Retype, word for word, each line between the lines holding "e60 v32 v42 LINE" and "face PLANE(AX(P(0,0,10),D(0,0,-1),D(-1,0,0))) rev [e60", inclusive, and leave the rest of the data alone.

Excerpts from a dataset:

Content starts

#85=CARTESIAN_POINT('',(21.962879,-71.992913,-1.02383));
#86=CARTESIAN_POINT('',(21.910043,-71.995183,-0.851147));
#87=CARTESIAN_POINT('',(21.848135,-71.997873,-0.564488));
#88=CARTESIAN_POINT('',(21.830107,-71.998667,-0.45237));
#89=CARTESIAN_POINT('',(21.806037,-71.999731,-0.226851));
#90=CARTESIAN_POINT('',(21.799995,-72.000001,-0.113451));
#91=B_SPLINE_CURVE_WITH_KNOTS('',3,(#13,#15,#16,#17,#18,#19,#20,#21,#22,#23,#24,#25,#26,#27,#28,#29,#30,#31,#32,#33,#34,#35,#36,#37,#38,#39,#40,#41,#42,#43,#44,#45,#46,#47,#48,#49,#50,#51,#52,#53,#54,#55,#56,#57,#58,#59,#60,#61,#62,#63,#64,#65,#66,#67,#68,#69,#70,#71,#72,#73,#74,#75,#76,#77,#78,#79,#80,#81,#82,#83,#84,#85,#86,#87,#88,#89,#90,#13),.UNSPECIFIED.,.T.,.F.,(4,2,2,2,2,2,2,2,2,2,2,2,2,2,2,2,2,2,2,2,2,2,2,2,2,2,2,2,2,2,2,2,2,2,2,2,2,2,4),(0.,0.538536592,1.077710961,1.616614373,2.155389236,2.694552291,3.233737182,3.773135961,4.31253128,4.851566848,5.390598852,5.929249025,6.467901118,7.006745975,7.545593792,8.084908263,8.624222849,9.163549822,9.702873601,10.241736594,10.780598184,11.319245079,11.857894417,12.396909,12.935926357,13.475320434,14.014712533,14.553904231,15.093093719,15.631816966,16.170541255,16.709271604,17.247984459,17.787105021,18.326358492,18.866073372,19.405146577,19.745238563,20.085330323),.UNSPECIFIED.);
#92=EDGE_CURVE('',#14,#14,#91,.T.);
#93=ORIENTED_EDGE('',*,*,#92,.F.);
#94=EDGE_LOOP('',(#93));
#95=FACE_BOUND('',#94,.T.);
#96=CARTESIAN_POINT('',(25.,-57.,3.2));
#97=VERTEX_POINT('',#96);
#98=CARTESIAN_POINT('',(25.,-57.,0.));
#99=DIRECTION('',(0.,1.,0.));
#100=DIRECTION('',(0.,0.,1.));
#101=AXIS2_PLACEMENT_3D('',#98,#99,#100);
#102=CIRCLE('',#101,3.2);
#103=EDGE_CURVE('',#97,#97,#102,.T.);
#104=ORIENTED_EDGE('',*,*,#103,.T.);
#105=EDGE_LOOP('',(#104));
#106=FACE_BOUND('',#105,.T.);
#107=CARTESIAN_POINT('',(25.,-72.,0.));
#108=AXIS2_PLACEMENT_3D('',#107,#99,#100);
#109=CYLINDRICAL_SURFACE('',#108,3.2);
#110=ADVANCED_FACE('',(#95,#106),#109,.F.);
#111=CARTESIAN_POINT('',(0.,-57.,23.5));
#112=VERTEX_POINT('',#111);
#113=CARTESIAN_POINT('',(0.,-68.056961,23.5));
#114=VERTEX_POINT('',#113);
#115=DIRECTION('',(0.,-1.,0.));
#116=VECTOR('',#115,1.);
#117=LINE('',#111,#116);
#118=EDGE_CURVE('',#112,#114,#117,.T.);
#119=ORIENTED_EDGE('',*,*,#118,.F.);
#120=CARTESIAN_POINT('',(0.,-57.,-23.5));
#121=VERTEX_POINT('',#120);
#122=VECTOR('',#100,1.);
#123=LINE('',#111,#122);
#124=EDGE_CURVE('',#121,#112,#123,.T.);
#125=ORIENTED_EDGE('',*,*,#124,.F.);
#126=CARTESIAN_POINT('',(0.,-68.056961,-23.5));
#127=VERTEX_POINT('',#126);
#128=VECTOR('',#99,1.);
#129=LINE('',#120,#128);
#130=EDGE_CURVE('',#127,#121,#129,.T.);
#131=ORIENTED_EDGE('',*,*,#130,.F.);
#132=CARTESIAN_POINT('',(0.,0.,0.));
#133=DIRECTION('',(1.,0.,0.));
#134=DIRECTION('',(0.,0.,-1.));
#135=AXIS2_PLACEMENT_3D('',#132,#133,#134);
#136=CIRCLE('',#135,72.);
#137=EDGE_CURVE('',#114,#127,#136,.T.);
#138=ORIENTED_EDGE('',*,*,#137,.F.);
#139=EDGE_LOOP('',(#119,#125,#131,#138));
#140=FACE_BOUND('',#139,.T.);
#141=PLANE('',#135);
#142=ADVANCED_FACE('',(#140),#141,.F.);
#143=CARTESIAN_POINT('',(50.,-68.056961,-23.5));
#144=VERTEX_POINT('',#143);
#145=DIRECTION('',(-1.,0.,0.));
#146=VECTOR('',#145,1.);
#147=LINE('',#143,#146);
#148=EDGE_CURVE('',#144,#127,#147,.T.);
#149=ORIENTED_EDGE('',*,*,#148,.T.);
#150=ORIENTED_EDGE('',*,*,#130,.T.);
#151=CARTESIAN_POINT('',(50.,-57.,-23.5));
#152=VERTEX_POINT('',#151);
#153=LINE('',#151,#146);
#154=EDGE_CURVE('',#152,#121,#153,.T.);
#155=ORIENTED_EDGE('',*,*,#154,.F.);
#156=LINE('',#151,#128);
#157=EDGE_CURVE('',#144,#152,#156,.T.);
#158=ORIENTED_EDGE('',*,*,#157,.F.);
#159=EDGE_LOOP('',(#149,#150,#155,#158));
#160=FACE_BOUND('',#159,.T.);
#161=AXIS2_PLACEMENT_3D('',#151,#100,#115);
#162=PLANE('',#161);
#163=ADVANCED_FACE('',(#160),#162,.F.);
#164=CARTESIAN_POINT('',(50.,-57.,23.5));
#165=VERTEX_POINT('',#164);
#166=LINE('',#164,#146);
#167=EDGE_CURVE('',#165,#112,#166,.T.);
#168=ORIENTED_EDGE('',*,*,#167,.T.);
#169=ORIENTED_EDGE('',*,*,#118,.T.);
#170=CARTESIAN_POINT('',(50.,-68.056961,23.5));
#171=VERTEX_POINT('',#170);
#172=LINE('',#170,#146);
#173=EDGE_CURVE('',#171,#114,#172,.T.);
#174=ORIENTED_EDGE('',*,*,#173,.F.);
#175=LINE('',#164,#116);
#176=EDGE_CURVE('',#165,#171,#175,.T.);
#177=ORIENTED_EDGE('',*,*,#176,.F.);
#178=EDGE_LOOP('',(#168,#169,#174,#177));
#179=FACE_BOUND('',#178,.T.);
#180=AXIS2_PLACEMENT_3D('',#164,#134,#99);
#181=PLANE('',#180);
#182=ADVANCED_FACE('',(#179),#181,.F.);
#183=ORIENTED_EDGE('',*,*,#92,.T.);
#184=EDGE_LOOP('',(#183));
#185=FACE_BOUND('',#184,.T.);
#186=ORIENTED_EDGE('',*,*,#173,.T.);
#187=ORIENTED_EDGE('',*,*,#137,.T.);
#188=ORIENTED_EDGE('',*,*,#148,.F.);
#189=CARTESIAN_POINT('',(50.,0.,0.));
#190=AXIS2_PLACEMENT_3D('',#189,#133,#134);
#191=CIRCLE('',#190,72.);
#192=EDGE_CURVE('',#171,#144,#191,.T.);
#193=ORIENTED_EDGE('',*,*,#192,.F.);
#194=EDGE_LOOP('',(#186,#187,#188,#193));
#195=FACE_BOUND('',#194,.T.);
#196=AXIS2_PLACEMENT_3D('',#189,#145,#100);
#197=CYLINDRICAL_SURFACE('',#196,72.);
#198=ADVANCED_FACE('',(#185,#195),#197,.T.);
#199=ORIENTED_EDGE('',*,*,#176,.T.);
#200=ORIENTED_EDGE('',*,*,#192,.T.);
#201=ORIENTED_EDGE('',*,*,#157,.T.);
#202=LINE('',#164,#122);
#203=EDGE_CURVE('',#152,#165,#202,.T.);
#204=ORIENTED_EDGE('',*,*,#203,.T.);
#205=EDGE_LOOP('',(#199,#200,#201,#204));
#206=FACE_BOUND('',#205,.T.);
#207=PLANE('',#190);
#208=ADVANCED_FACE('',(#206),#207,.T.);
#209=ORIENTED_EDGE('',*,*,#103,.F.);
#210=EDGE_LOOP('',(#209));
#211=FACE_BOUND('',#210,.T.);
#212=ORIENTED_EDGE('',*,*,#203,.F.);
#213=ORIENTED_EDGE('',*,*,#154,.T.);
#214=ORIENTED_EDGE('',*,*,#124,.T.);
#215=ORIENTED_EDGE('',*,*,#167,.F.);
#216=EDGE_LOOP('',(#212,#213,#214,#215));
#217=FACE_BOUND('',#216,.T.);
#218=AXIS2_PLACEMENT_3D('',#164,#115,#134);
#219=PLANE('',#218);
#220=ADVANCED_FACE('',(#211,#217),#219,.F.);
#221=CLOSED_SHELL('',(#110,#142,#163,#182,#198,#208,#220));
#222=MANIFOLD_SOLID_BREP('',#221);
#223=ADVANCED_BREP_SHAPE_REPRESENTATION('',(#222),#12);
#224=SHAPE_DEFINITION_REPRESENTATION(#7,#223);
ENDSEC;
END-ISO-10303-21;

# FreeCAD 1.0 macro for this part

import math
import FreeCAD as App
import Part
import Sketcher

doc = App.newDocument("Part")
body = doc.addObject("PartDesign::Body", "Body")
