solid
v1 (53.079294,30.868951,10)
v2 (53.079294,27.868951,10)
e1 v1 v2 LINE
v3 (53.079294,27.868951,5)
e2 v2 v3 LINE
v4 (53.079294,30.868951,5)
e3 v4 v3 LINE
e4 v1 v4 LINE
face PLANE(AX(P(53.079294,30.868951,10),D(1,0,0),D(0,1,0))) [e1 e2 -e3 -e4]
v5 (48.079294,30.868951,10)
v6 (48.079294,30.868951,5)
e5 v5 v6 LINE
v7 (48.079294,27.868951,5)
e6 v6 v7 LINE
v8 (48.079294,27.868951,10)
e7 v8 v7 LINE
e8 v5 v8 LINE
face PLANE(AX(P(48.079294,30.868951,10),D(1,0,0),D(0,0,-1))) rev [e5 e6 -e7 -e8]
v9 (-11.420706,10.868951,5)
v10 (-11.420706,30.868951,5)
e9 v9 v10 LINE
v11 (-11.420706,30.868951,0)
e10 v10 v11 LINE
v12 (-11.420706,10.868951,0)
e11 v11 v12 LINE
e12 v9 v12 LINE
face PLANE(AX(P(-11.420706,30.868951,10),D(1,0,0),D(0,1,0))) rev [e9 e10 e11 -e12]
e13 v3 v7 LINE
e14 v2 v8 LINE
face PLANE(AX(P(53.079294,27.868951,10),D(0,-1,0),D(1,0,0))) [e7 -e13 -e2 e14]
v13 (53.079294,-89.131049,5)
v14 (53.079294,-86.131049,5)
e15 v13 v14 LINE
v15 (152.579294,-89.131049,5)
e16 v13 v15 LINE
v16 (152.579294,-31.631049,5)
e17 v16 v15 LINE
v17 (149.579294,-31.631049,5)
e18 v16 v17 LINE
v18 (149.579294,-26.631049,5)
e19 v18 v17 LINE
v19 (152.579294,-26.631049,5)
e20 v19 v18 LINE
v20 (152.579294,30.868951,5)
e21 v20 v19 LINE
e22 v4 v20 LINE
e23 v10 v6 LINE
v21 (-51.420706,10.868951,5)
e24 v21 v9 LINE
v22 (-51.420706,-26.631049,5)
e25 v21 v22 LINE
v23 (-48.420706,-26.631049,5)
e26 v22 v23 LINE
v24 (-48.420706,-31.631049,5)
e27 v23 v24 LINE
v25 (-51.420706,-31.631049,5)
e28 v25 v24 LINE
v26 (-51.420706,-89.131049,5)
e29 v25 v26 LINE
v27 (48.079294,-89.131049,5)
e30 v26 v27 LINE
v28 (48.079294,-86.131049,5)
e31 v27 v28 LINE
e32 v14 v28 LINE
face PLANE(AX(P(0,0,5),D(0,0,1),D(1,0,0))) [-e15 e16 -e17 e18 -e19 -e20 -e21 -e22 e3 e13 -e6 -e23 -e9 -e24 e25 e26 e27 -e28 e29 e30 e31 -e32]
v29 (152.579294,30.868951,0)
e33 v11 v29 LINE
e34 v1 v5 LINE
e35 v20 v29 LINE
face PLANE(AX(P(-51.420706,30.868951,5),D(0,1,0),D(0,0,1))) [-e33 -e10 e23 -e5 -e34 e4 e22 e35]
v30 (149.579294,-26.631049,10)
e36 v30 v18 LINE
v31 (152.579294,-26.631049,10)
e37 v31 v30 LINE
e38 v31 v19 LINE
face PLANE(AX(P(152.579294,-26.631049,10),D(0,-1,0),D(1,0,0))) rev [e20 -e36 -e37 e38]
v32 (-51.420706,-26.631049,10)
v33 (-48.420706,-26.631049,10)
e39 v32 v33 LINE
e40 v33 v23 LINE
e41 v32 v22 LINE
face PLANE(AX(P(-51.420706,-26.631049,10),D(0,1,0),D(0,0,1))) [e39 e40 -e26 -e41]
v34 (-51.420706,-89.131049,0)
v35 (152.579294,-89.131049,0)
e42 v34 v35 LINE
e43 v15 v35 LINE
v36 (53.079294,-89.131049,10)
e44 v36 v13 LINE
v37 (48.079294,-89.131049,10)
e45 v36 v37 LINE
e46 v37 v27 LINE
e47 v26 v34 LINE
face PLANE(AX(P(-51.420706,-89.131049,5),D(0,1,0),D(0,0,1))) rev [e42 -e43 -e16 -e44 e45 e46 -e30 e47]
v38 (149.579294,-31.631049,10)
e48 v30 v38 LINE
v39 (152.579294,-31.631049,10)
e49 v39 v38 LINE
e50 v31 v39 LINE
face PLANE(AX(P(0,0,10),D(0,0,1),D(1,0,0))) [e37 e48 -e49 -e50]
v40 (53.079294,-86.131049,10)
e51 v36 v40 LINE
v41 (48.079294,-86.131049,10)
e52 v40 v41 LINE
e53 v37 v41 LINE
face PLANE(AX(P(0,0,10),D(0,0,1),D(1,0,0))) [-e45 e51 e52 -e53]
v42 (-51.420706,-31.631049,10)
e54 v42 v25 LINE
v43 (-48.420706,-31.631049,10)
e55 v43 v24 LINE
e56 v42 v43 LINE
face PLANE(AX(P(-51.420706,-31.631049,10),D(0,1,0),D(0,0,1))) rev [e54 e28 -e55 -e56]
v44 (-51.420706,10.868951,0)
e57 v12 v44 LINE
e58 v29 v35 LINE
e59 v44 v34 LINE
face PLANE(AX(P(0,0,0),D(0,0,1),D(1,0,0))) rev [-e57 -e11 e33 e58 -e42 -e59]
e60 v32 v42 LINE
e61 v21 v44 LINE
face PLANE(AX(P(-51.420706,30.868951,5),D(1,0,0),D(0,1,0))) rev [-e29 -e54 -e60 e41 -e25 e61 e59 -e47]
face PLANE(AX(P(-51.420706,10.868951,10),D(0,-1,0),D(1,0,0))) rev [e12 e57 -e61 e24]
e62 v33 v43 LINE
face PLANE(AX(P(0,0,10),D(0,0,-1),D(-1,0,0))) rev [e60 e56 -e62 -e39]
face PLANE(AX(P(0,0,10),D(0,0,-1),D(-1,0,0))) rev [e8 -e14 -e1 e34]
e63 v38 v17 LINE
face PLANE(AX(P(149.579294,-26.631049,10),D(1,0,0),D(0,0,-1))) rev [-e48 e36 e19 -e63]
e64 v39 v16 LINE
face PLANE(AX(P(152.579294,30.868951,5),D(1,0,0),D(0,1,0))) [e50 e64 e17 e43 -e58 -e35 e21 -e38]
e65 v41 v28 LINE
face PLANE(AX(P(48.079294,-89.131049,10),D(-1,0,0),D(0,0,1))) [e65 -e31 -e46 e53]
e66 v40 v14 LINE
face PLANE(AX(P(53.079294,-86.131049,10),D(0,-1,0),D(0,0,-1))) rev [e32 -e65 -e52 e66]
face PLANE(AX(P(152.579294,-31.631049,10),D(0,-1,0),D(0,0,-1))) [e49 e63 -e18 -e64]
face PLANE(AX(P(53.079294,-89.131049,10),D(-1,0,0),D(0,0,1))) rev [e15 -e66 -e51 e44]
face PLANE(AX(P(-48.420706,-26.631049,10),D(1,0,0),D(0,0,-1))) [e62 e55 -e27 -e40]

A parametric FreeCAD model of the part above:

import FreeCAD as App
import Part
import Sketcher

doc = App.newDocument("Part")
body = doc.addObject("PartDesign::Body", "Body")

# Sketch on XY plane
sketch1 = body.newObject("Sketcher::SketchObject", "Sketch")
sketch1.AttachmentSupport = (doc.getObject("XY_Plane"), [""])
sketch1.MapMode = "FlatFace"
sketch1.addGeometry([
    Part.LineSegment(App.Vector(-51.420706, 30.868951, 0), App.Vector(-51.420706, -89.131049, 0)),
    Part.LineSegment(App.Vector(-51.420706, -89.131049, 0), App.Vector(152.579294, -89.131049, 0)),
    Part.LineSegment(App.Vector(152.579294, -89.131049, 0), App.Vector(152.579294, 30.868951, 0)),
    Part.LineSegment(App.Vector(152.579294, 30.868951, 0), App.Vector(-51.420706, 30.868951, 0)),
], False)
sketch1.addConstraint([
    Sketcher.Constraint("Coincident", 0, 2, 1, 1),
    Sketcher.Constraint("Coincident", 1, 2, 2, 1),
    Sketcher.Constraint("Coincident", 2, 2, 3, 1),
    Sketcher.Constraint("Coincident", 3, 2, 0, 1),
    Sketcher.Constraint("Vertical", 0),
    Sketcher.Constraint("Horizontal", 1),
    Sketcher.Constraint("Vertical", 2),
    Sketcher.Constraint("Horizontal", 3),
    Sketcher.Constraint("DistanceX", 1, 1, 1, 2, 204.0),
    Sketcher.Constraint("DistanceY", 0, 2, 0, 1, 120.0),
    Sketcher.Constraint("DistanceY", 0, 2, -1, 1, 89.131049),
    Sketcher.Constraint("DistanceX", 0, 2, -1, 1, 51.420706),
])
pad1 = body.newObject("PartDesign::Pad", "Pad")
pad1.Profile = sketch1
pad1.Length = 5

# Sketch on XY plane
sketch2 = body.newObject("Sketcher::SketchObject", "Sketch001")
sketch2.AttachmentSupport = (doc.getObject("XY_Plane"), [""])
sketch2.MapMode = "FlatFace"
sketch2.AttachmentOffset = App.Placement(App.Vector(0, 0, 5), App.Rotation())
sketch2.addGeometry([
    Part.LineSegment(App.Vector(48.079294, 30.868951, 0), App.Vector(48.079294, 27.868951, 0)),  # 0
    Part.LineSegment(App.Vector(48.079294, 27.868951, 0), App.Vector(53.079294, 27.868951, 0)),  # 1
    Part.LineSegment(App.Vector(53.079294, 27.868951, 0), App.Vector(53.079294, 30.868951, 0)),  # 2
    Part.LineSegment(App.Vector(53.079294, 30.868951, 0), App.Vector(48.079294, 30.868951, 0)),  # 3
    Part.LineSegment(App.Vector(48.079294, -86.131049, 0), App.Vector(48.079294, -89.131049, 0)),  # 4
    Part.LineSegment(App.Vector(48.079294, -89.131049, 0), App.Vector(53.079294, -89.131049, 0)),  # 5
    Part.LineSegment(App.Vector(53.079294, -89.131049, 0), App.Vector(53.079294, -86.131049, 0)),  # 6
    Part.LineSegment(App.Vector(53.079294, -86.131049, 0), App.Vector(48.079294, -86.131049, 0)),  # 7
    Part.LineSegment(App.Vector(-51.420706, -26.631049, 0), App.Vector(-51.420706, -31.631049, 0)),  # 8
    Part.LineSegment(App.Vector(-51.420706, -31.631049, 0), App.Vector(-48.420706, -31.631049, 0)),  # 9
    Part.LineSegment(App.Vector(-48.420706, -31.631049, 0), App.Vector(-48.420706, -26.631049, 0)),  # 10
    Part.LineSegment(App.Vector(-48.420706, -26.631049, 0), App.Vector(-51.420706, -26.631049, 0)),  # 11
    Part.LineSegment(App.Vector(149.579294, -26.631049, 0), App.Vector(149.579294, -31.631049, 0)),  # 12
    Part.LineSegment(App.Vector(149.579294, -31.631049, 0), App.Vector(152.579294, -31.631049, 0)),  # 13
    Part.LineSegment(App.Vector(152.579294, -31.631049, 0), App.Vector(152.579294, -26.631049, 0)),  # 14
    Part.LineSegment(App.Vector(152.579294, -26.631049, 0), App.Vector(149.579294, -26.631049, 0)),  # 15
], False)
sketch2.addConstraint([
    Sketcher.Constraint("Coincident", 0, 2, 1, 1),
    Sketcher.Constraint("Coincident", 1, 2, 2, 1),
    Sketcher.Constraint("Coincident", 2, 2, 3, 1),
    Sketcher.Constraint("Coincident", 3, 2, 0, 1),
    Sketcher.Constraint("Coincident", 4, 2, 5, 1),
    Sketcher.Constraint("Coincident", 5, 2, 6, 1),
    Sketcher.Constraint("Coincident", 6, 2, 7, 1),
    Sketcher.Constraint("Coincident", 7, 2, 4, 1),
    Sketcher.Constraint("Coincident", 8, 2, 9, 1),
    Sketcher.Constraint("Coincident", 9, 2, 10, 1),
    Sketcher.Constraint("Coincident", 10, 2, 11, 1),
    Sketcher.Constraint("Coincident", 11, 2, 8, 1),
    Sketcher.Constraint("Coincident", 12, 2, 13, 1),
    Sketcher.Constraint("Coincident", 13, 2, 14, 1),
    Sketcher.Constraint("Coincident", 14, 2, 15, 1),
    Sketcher.Constraint("Coincident", 15, 2, 12, 1),
    Sketcher.Constraint("Vertical", 0),
    Sketcher.Constraint("Horizontal", 1),
    Sketcher.Constraint("Vertical", 2),
    Sketcher.Constraint("Horizontal", 3),
    Sketcher.Constraint("Vertical", 4),
    Sketcher.Constraint("Horizontal", 5),
    Sketcher.Constraint("Vertical", 6),
    Sketcher.Constraint("Horizontal", 7),
    Sketcher.Constraint("Vertical", 8),
    Sketcher.Constraint("Horizontal", 9),
    Sketcher.Constraint("Vertical", 10),
    Sketcher.Constraint("Horizontal", 11),
    Sketcher.Constraint("Vertical", 12),
    Sketcher.Constraint("Horizontal", 13),
    Sketcher.Constraint("Vertical", 14),
    Sketcher.Constraint("Horizontal", 15),
    Sketcher.Constraint("Horizontal", 9, 2, 12, 2),
    Sketcher.Constraint("Horizontal", 11, 2, 14, 2),
    Sketcher.Constraint("Vertical", 3, 2, 4, 2),
    Sketcher.Constraint("Vertical", 2, 2, 5, 2),
    Sketcher.Constraint("Equal", 11, 13),
    Sketcher.Constraint("Equal", 15, 0),
    Sketcher.Constraint("Equal", 2, 4),
    Sketcher.Constraint("Equal", 7, 8),
    Sketcher.Constraint("DistanceX", 1, 1, 1, 2, 5.0),
    Sketcher.Constraint("DistanceX", 9, 1, 9, 2, 3.0),
    Sketcher.Constraint("DistanceY", 4, 2, 0, 2, 117.0),
    Sketcher.Constraint("DistanceX", 8, 2, 7, 2, 99.5),
    Sketcher.Constraint("DistanceY", 7, 2, 8, 2, 54.5),
    Sketcher.Constraint("DistanceX", 6, 2, 12, 2, 96.5),
    Sketcher.Constraint("DistanceY", -1, 1, 0, 2, 27.868951),
    Sketcher.Constraint("DistanceX", -1, 1, 0, 2, 48.079294),
])
pad2 = body.newObject("PartDesign::Pad", "Pad001")
pad2.Profile = sketch2
pad2.Length = 5

# Sketch on XY plane
sketch3 = body.newObject("Sketcher::SketchObject", "Sketch002")
sketch3.AttachmentSupport = (doc.getObject("XY_Plane"), [""])
sketch3.MapMode = "FlatFace"
sketch3.addGeometry([
    Part.LineSegment(App.Vector(-11.420706, 30.868951, 0), App.Vector(-11.420706, 10.868951, 0)),
    Part.LineSegment(App.Vector(-11.420706, 10.868951, 0), App.Vector(-51.420706, 10.868951, 0)),
    Part.LineSegment(App.Vector(-51.420706, 10.868951, 0), App.Vector(-51.420706, 30.868951, 0)),
    Part.LineSegment(App.Vector(-51.420706, 30.868951, 0), App.Vector(-11.420706, 30.868951, 0)),
], False)
sketch3.addConstraint([
    Sketcher.Constraint("Coincident", 0, 2, 1, 1),
    Sketcher.Constraint("Coincident", 1, 2, 2, 1),
    Sketcher.Constraint("Coincident", 2, 2, 3, 1),
    Sketcher.Constraint("Coincident", 3, 2, 0, 1),
    Sketcher.Constraint("Vertical", 0),
    Sketcher.Constraint("Horizontal", 1),
    Sketcher.Constraint("Vertical", 2),
    Sketcher.Constraint("Horizontal", 3),
    Sketcher.Constraint("DistanceX", 1, 2, 1, 1, 40.0),
    Sketcher.Constraint("DistanceY", 0, 2, 0, 1, 20.0),
    Sketcher.Constraint("DistanceY", -1, 1, 0, 2, 10.868951),
    Sketcher.Constraint("DistanceX", 0, 2, -1, 1, 11.420706),
])
pocket1 = body.newObject("PartDesign::Pocket", "Pocket")
pocket1.Profile = sketch3
pocket1.Length = 10
pocket1.Reversed = True

doc.recompute()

Content ends

RESULT OF THIS TASK:
e60 v32 v42 LINE
e61 v21 v44 LINE
face PLANE(AX(P(-51.420706,30.868951,5),D(1,0,0),D(0,1,0))) rev [-e29 -e54 -e60 e41 -e25 e61 e59 -e47]
face PLANE(AX(P(-51.420706,10.868951,10),D(0,-1,0),D(1,0,0))) rev [e12 e57 -e61 e24]
e62 v33 v43 LINE
face PLANE(AX(P(0,0,10),D(0,0,-1),D(-1,0,0))) rev [e60 e56 -e62 -e39]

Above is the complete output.